[<<Возрождение] [Архив] ЛЕХАИМ ФЕВРАЛЬ 2006 ШВАТ 5766 – 2 (166)
«Слова, слова, слова…»
В минувшем году исполнилось 125 лет со дня рождения и 65 лет со дня кончины Владимира (Зеева) Жаботинского. Одесса помнит одного из своих сыновей.
«Я не помню, какие планы были у меня в конце 1903 года, – вспоминал Владимир Жаботинский в “Повести моих дней”. – Быть может, я мечтал, как это водится у молодежи, завоевать оба мира, на пороге которых я стоял: обрести лавровый венок “русского” писателя и фуражку рулевого сионистского корабля...» Если первая цель честолюбивого молодого литератора выглядела в глазах многих его современников слишком уж смелой, то вторая задача в 1903 году для большинства его приятелей была просто непонятной.

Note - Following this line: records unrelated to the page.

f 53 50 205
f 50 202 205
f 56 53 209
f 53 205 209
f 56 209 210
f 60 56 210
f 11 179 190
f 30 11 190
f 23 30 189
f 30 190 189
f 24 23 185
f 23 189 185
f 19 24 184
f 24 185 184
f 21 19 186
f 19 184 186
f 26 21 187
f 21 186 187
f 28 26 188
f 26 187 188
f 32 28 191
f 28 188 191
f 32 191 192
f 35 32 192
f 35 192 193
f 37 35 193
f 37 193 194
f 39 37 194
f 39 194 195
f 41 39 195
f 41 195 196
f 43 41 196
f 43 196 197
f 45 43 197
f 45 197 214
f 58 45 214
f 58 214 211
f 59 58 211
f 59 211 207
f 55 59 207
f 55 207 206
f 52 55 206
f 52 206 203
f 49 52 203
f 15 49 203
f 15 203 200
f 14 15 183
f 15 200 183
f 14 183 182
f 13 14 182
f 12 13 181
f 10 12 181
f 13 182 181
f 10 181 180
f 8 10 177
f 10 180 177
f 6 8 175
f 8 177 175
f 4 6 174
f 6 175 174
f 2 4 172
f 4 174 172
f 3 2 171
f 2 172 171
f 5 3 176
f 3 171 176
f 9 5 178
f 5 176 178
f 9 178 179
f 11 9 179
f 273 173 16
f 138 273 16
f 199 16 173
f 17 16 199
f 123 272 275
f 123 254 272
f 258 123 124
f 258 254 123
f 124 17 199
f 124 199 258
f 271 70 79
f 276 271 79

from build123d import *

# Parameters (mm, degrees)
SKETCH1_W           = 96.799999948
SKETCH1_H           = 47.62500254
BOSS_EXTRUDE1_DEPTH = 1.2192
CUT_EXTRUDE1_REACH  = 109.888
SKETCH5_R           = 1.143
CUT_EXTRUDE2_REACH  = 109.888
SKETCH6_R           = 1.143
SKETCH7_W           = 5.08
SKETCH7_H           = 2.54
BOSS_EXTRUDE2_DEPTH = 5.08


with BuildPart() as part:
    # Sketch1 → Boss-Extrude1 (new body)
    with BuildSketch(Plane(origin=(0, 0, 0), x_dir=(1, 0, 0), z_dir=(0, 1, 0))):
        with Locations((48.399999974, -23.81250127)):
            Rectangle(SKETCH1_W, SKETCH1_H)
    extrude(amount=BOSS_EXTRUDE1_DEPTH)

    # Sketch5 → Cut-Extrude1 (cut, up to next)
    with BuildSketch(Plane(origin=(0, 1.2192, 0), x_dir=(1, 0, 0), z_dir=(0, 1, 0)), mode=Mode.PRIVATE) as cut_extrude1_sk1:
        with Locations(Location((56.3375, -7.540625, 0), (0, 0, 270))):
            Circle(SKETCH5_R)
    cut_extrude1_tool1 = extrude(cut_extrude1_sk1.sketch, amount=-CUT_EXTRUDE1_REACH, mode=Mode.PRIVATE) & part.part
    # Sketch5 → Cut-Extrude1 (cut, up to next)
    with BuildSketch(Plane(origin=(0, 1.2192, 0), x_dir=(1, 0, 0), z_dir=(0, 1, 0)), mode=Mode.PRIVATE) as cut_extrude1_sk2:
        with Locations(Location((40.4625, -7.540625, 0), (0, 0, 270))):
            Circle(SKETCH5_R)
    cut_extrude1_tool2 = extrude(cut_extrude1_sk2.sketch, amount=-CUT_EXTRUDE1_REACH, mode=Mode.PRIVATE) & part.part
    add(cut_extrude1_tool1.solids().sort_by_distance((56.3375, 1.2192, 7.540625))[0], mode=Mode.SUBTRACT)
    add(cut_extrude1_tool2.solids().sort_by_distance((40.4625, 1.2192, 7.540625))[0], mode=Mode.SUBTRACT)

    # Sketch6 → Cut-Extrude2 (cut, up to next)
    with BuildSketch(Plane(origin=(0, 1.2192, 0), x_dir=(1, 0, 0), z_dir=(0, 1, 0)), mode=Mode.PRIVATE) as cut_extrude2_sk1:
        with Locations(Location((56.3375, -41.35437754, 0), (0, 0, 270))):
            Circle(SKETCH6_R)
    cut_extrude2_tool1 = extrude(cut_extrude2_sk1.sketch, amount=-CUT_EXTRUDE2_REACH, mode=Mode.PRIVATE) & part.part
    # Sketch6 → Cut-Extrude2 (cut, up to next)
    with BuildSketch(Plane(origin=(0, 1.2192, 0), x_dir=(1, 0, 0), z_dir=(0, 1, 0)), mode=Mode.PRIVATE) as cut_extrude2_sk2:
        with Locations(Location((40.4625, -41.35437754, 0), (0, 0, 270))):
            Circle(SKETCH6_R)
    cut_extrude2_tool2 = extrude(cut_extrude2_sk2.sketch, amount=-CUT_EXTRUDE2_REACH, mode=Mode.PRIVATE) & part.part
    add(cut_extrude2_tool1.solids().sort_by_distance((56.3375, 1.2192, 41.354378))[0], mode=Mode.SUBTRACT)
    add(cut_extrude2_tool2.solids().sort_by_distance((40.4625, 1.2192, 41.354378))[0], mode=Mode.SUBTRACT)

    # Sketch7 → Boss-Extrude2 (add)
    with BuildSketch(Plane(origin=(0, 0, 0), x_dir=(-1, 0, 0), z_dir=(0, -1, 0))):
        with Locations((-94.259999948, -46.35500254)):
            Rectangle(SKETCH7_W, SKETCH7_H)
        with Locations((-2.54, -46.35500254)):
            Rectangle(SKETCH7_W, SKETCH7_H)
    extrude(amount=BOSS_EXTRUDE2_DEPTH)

Cпустя шестнадцать лет прожившая в черноморском городе несколько тревожных месяцев писательница Тэффи остро почувствовала близость типичного одесского быта к специфике одного из популярных жанров устного творчества: «Не город, а сплошной анекдот». Однако на смену этому любопытному наблюдению пришло другое, более проницательное и грустное: «Жить в анекдоте ведь не весело, скорее трагично...» Не исключено, что на пике своей популярности одессит Жаботинский мог бы не согласиться с таким определением, да еще оскорбиться за милый сердцу город. Однако позднее, в середине 1930-х годов, он писал в заключительной главе романа «Пятеро», употребляя – надо полагать, абсолютно независимо от Тэффи – то же слово: «У людей, говорят, самое это имя Одесса – вроде как потешный анекдот... Но за насмешливое отношение к моей родине я не в обиде».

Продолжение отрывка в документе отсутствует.